Gold, XAU/USD, Fed, Powell, Inflation Expectations, Russian Energy, Crude Oil - Talking PointsGold prices catch a bid as Brent oil

Gold, XAU/USD, Fed, Powell, Inflation Expectations, Russian Energy, Crude Oil – Talking Points

  • Gold prices catch a bid as Brent oil prices surge higher, inflaming inflation expectations
  • Fed Chair Powell firms up rate hike bets, pushing the US Dollar and Treasury yields higher
  • Bullion prices likely dependent on oil prices in short-term as EU mulls Russian energy ban

Gold prices caught a bid overnight despite rising Treasury yields and a stronger US Dollar. The strength is largely attributable to the sharp increase seen in crude oil prices, which drove inflation expectations higher. That increase came amid an increasing appetite among EU members to cut off Russian energy exports. The move would see the 27-member bloc join the United States and the United Kingdom in banning Russian energy products.

US breakeven rates – a market-based inflation gauge – rose as Brent crude oil prices surged more than 7% overnight. Russia’s assault on the port of Mariupol has European lawmakers looking for a strong response, but Germany has expressed concern, citing its reliance on Russian energy. The proposed move to ban exports will likely see further discussion this week as US President Biden tours through Europe. However, oil prices are likely to have an outsized impact on inflation expectations – and in turn gold – for the time being.

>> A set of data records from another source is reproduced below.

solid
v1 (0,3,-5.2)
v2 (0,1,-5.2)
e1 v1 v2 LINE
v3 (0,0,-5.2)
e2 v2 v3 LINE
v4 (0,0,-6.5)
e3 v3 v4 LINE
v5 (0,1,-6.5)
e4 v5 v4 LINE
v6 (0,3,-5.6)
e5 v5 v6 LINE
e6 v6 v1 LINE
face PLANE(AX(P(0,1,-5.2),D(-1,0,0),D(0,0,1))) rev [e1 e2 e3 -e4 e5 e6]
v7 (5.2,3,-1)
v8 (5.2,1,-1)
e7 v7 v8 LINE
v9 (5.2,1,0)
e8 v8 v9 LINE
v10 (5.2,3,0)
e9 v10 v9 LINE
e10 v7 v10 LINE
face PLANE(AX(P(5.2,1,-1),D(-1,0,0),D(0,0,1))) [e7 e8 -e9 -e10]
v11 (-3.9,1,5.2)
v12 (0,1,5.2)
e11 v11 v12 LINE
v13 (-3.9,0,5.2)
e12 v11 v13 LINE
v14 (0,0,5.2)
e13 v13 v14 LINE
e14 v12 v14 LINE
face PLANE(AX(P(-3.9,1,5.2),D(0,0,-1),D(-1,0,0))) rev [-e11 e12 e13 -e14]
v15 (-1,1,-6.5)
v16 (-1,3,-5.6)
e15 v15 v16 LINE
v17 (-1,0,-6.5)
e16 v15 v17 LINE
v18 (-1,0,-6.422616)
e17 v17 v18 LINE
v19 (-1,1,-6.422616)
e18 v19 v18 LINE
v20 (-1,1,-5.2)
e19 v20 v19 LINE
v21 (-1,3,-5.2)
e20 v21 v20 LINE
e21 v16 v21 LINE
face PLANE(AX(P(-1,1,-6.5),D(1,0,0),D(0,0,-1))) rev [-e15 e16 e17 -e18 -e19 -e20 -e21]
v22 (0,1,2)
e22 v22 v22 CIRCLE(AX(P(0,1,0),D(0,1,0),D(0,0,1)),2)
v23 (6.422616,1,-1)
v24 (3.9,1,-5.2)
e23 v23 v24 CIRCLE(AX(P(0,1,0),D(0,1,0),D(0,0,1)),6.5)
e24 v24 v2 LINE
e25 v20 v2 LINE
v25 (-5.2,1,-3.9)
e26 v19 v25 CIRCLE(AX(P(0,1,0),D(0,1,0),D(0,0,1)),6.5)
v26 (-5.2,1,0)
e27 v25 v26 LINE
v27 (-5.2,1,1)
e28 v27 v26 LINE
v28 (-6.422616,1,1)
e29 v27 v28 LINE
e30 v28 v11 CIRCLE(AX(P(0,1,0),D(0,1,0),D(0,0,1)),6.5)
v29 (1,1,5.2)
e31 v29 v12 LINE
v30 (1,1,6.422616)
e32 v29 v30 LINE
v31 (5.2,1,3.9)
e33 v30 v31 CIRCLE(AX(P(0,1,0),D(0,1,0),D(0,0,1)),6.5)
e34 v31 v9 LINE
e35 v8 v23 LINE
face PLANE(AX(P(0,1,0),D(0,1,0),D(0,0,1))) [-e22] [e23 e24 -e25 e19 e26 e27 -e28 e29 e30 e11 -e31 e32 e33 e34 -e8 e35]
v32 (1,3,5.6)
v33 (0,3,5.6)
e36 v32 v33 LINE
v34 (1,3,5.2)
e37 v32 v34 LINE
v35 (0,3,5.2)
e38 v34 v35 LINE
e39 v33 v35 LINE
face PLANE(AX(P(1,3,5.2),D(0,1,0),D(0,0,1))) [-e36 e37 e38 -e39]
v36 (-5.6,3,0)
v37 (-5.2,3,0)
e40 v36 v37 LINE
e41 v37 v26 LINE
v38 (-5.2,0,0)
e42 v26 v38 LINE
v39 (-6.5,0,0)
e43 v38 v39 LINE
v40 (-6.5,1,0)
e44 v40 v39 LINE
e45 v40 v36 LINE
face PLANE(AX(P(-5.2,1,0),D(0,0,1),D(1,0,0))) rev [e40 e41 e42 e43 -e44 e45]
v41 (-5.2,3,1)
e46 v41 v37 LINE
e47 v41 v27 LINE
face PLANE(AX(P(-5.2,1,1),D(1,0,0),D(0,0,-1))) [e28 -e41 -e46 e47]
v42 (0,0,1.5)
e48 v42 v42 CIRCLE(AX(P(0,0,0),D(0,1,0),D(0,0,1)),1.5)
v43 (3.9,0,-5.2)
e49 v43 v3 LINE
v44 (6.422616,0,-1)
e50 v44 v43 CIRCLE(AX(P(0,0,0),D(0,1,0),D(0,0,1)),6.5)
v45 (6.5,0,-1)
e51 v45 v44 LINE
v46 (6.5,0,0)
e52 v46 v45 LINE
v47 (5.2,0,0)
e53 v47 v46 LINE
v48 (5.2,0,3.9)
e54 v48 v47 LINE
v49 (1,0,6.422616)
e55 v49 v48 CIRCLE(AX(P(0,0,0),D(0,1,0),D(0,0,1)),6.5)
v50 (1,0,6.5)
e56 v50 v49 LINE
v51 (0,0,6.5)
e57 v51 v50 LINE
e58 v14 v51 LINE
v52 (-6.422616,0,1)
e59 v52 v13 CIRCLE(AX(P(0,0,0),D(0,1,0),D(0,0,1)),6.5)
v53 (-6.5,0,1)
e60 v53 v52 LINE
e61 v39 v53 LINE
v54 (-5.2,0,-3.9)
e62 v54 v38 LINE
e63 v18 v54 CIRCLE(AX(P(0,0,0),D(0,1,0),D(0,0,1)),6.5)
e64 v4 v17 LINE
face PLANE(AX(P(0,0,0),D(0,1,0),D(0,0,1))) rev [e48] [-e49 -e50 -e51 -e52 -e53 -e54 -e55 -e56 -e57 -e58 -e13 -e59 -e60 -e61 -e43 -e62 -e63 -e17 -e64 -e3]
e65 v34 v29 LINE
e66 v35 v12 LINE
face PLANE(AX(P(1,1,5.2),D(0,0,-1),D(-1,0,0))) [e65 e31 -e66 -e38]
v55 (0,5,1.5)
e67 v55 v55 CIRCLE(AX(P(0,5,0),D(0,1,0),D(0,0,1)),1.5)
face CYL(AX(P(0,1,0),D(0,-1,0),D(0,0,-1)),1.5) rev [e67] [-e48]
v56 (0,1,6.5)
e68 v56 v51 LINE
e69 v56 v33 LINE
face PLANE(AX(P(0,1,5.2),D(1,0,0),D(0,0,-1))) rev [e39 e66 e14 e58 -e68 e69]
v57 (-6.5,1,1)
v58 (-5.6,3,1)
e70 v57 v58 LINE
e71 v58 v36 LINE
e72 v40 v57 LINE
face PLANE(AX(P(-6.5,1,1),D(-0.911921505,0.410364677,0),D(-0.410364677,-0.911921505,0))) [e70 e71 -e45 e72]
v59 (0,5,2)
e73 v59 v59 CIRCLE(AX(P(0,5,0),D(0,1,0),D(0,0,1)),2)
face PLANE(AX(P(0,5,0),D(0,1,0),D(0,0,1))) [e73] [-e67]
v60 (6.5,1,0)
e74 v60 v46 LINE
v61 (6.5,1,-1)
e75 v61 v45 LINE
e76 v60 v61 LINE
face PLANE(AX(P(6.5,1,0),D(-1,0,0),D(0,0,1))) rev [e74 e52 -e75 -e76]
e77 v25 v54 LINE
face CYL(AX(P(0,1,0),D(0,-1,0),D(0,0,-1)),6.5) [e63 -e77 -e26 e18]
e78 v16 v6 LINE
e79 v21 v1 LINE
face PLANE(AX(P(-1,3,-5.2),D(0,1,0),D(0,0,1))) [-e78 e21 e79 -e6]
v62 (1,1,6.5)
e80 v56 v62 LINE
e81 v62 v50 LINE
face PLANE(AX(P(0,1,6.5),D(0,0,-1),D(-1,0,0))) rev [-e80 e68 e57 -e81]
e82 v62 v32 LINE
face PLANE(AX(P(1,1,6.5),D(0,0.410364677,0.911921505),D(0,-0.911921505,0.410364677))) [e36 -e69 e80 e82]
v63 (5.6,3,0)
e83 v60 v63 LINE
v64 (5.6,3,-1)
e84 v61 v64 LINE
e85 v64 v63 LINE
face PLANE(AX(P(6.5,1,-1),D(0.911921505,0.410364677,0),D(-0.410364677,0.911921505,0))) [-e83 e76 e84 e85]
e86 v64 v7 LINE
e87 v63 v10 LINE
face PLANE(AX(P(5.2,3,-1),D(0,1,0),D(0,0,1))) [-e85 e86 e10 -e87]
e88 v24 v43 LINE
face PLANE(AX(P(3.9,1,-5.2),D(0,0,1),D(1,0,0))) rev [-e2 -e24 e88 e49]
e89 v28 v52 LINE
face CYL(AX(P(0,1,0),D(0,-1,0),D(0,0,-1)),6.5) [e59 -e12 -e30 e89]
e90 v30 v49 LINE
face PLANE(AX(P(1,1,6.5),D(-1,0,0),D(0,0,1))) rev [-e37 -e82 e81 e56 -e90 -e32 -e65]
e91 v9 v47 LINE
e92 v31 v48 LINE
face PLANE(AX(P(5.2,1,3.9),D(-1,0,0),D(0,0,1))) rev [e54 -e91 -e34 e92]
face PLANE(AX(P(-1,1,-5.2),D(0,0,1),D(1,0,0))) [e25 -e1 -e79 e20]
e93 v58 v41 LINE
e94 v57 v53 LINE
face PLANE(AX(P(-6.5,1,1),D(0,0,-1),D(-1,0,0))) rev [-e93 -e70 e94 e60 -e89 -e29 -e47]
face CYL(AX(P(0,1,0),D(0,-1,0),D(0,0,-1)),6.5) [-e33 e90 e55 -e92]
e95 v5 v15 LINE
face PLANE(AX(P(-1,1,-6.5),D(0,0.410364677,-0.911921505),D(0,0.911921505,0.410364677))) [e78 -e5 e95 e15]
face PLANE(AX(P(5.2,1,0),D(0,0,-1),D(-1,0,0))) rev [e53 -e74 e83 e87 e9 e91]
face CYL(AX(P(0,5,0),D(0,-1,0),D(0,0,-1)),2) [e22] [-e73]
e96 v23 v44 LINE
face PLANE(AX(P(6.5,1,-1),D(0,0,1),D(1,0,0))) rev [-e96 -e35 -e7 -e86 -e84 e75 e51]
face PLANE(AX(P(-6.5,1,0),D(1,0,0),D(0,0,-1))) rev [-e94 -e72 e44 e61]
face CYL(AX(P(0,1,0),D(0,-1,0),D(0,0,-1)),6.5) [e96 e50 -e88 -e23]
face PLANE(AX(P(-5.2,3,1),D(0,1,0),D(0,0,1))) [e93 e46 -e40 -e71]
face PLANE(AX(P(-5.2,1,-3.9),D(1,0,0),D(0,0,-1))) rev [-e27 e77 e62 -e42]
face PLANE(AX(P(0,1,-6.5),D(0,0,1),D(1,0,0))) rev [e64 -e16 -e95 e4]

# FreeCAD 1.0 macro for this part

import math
import FreeCAD as App
import Part
import Sketcher

V = App.Vector

doc = App.newDocument("Part")
params = doc.addObject("Spreadsheet::Sheet", "Params")
for row, (alias, value) in enumerate([
    ("sketch1_diameter", "3 mm"),
    ("sketch1_radius", "6.5 mm"),
    ("sketch1_width", "1 mm"),
    ("sketch1_width2", "1.3 mm"),
    ("sketch1_width3", "3.9 mm"),
    ("pad1_length", "1 mm"),
    ("sketch2_width", "2 mm"),
    ("sketch2_height", "1.3 mm"),
    ("sketch2_height2", "0.4 mm"),
    ("pad2_length", "1 mm"),
    ("sketch3_diameter", "4 mm"),
    ("sketch3_diameter2", "3 mm"),
    ("pad3_length", "4 mm"),
], start=1):
    params.set(f"A{row}", alias)
    params.set(f"B{row}", "=" + value)
    params.setAlias(f"B{row}", alias)

body = doc.addObject("PartDesign::Body", "Body")

# Sketch on XZ plane
sketch1 = body.newObject("Sketcher::SketchObject", "Sketch")
sketch1.AttachmentSupport = (doc.getObject("XZ_Plane"), [""])
sketch1.MapMode = "FlatFace"
sketch1.addGeometry(Part.LineSegment(V(-5.2, -3.9, 0), V(-5.2, 0, 0)), False)
sketch1.addGeometry(Part.LineSegment(V(-5.2, 0, 0), V(-6.5, 0, 0)), False)
sketch1.addGeometry(Part.LineSegment(V(-6.5, 0, 0), V(-6.5, 1, 0)), False)
sketch1.addGeometry(Part.LineSegment(V(-6.5, 1, 0), V(-6.42, 1, 0)), False)
sketch1.addGeometry(Part.ArcOfCircle(Part.Circle(V(0, 0, 0), V(0, 0, 1), 6.5), math.radians(127), math.radians(171)), False)
sketch1.addGeometry(Part.LineSegment(V(-3.9, 5.2, 0), V(0, 5.2, 0)), False)
sketch1.addGeometry(Part.LineSegment(V(0, 5.2, 0), V(0, 6.5, 0)), False)
sketch1.addGeometry(Part.LineSegment(V(0, 6.5, 0), V(1, 6.5, 0)), False)
sketch1.addGeometry(Part.LineSegment(V(1, 6.5, 0), V(1, 6.42, 0)), False)
sketch1.addGeometry(Part.ArcOfCircle(Part.Circle(V(0, 0, 0), V(0, 0, 1), 6.5), math.radians(37), math.radians(81)), False)
sketch1.addGeometry(Part.LineSegment(V(5.2, 3.9, 0), V(5.2, 0, 0)), False)
sketch1.addGeometry(Part.LineSegment(V(5.2, 0, 0), V(6.5, 0, 0)), False)
sketch1.addGeometry(Part.LineSegment(V(6.5, 0, 0), V(6.5, -1, 0)), False)
sketch1.addGeometry(Part.LineSegment(V(6.5, -1, 0), V(6.42, -1, 0)), False)
sketch1.addGeometry(Part.ArcOfCircle(Part.Circle(V(0, 0, 0), V(0, 0, 1), 6.5), math.radians(-53), math.radians(-9)), False)
sketch1.addGeometry(Part.LineSegment(V(3.9, -5.2, 0), V(0, -5.2, 0)), False)
sketch1.addGeometry(Part.LineSegment(V(0, -5.2, 0), V(0, -6.5, 0)), False)
sketch1.addGeometry(Part.LineSegment(V(0, -6.5, 0), V(-1, -6.5, 0)), False)
sketch1.addGeometry(Part.LineSegment(V(-1, -6.5, 0), V(-1, -6.42, 0)), False)
sketch1.addGeometry(Part.ArcOfCircle(Part.Circle(V(0, 0, 0), V(0, 0, 1), 6.5), math.radians(-143), math.radians(-99)), False)
sketch1.addGeometry(Part.Circle(V(0, 0, 0), V(0, 0, 1), 1.5), False)
sketch1.addConstraint(Sketcher.Constraint("Coincident", 0, 2, 1, 1))
sketch1.addConstraint(Sketcher.Constraint("Coincident", 1, 2, 2, 1))
sketch1.addConstraint(Sketcher.Constraint("Coincident", 2, 2, 3, 1))
sketch1.addConstraint(Sketcher.Constraint("Coincident", 3, 2, 4, 2))
sketch1.addConstraint(Sketcher.Constraint("Coincident", 4, 1, 5, 1))
sketch1.addConstraint(Sketcher.Constraint("Coincident", 5, 2, 6, 1))
sketch1.addConstraint(Sketcher.Constraint("Coincident", 6, 2, 7, 1))
sketch1.addConstraint(Sketcher.Constraint("Coincident", 7, 2, 8, 1))
sketch1.addConstraint(Sketcher.Constraint("Coincident", 8, 2, 9, 2))
sketch1.addConstraint(Sketcher.Constraint("Coincident", 9, 1, 10, 1))
sketch1.addConstraint(Sketcher.Constraint("Coincident", 10, 2, 11, 1))
sketch1.addConstraint(Sketcher.Constraint("Coincident", 11, 2, 12, 1))
sketch1.addConstraint(Sketcher.Constraint("Coincident", 12, 2, 13, 1))
sketch1.addConstraint(Sketcher.Constraint("Coincident", 13, 2, 14, 2))
sketch1.addConstraint(Sketcher.Constraint("Coincident", 14, 1, 15, 1))
sketch1.addConstraint(Sketcher.Constraint("Coincident", 15, 2, 16, 1))
sketch1.addConstraint(Sketcher.Constraint("Coincident", 16, 2, 17, 1))
sketch1.addConstraint(Sketcher.Constraint("Coincident", 17, 2, 18, 1))
sketch1.addConstraint(Sketcher.Constraint("Coincident", 18, 2, 19, 2))
sketch1.addConstraint(Sketcher.Constraint("Coincident", 19, 1, 0, 1))
sketch1.addConstraint(Sketcher.Constraint("Vertical", 0))
sketch1.addConstraint(Sketcher.Constraint("Horizontal", 1))
sketch1.addConstraint(Sketcher.Constraint("Vertical", 2))
sketch1.addConstraint(Sketcher.Constraint("Horizontal", 3))
sketch1.addConstraint(Sketcher.Constraint("Horizontal", 5))
sketch1.addConstraint(Sketcher.Constraint("Vertical", 6))
sketch1.addConstraint(Sketcher.Constraint("Horizontal", 7))
sketch1.addConstraint(Sketcher.Constraint("Vertical", 8))
sketch1.addConstraint(Sketcher.Constraint("Vertical", 10))
sketch1.addConstraint(Sketcher.Constraint("Horizontal", 11))
sketch1.addConstraint(Sketcher.Constraint("Vertical", 12))
sketch1.addConstraint(Sketcher.Constraint("Horizontal", 13))
sketch1.addConstraint(Sketcher.Constraint("Horizontal", 15))
sketch1.addConstraint(Sketcher.Constraint("Vertical", 16))
sketch1.addConstraint(Sketcher.Constraint("Horizontal", 17))
sketch1.addConstraint(Sketcher.Constraint("Vertical", 18))
sketch1.addConstraint(Sketcher.Constraint("Coincident", 4, 3, -1, 1))
sketch1.addConstraint(Sketcher.Constraint("Coincident", 9, 3, -1, 1))
sketch1.addConstraint(Sketcher.Constraint("Coincident", 14, 3, -1, 1))
sketch1.addConstraint(Sketcher.Constraint("Coincident", 19, 3, -1, 1))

Alternatively, the yellow metal’s upside may be capped by Federal Reserve policy speculation. Prices likely would have risen further today if it wasn’t for hawkish commentary from Fed Chair Jerome Powell. Mr. Powell stated that the central bank is ready to hike by more than 25 basis points, if appropriate. The chance for a 50bps increase at the May FOMC meeting jumped on the comments, and overnight index swaps (OIS) moved to price it in. Treasury yields responded accordingly, with the 10-year note’s rate climbing to its highest level since May 2019.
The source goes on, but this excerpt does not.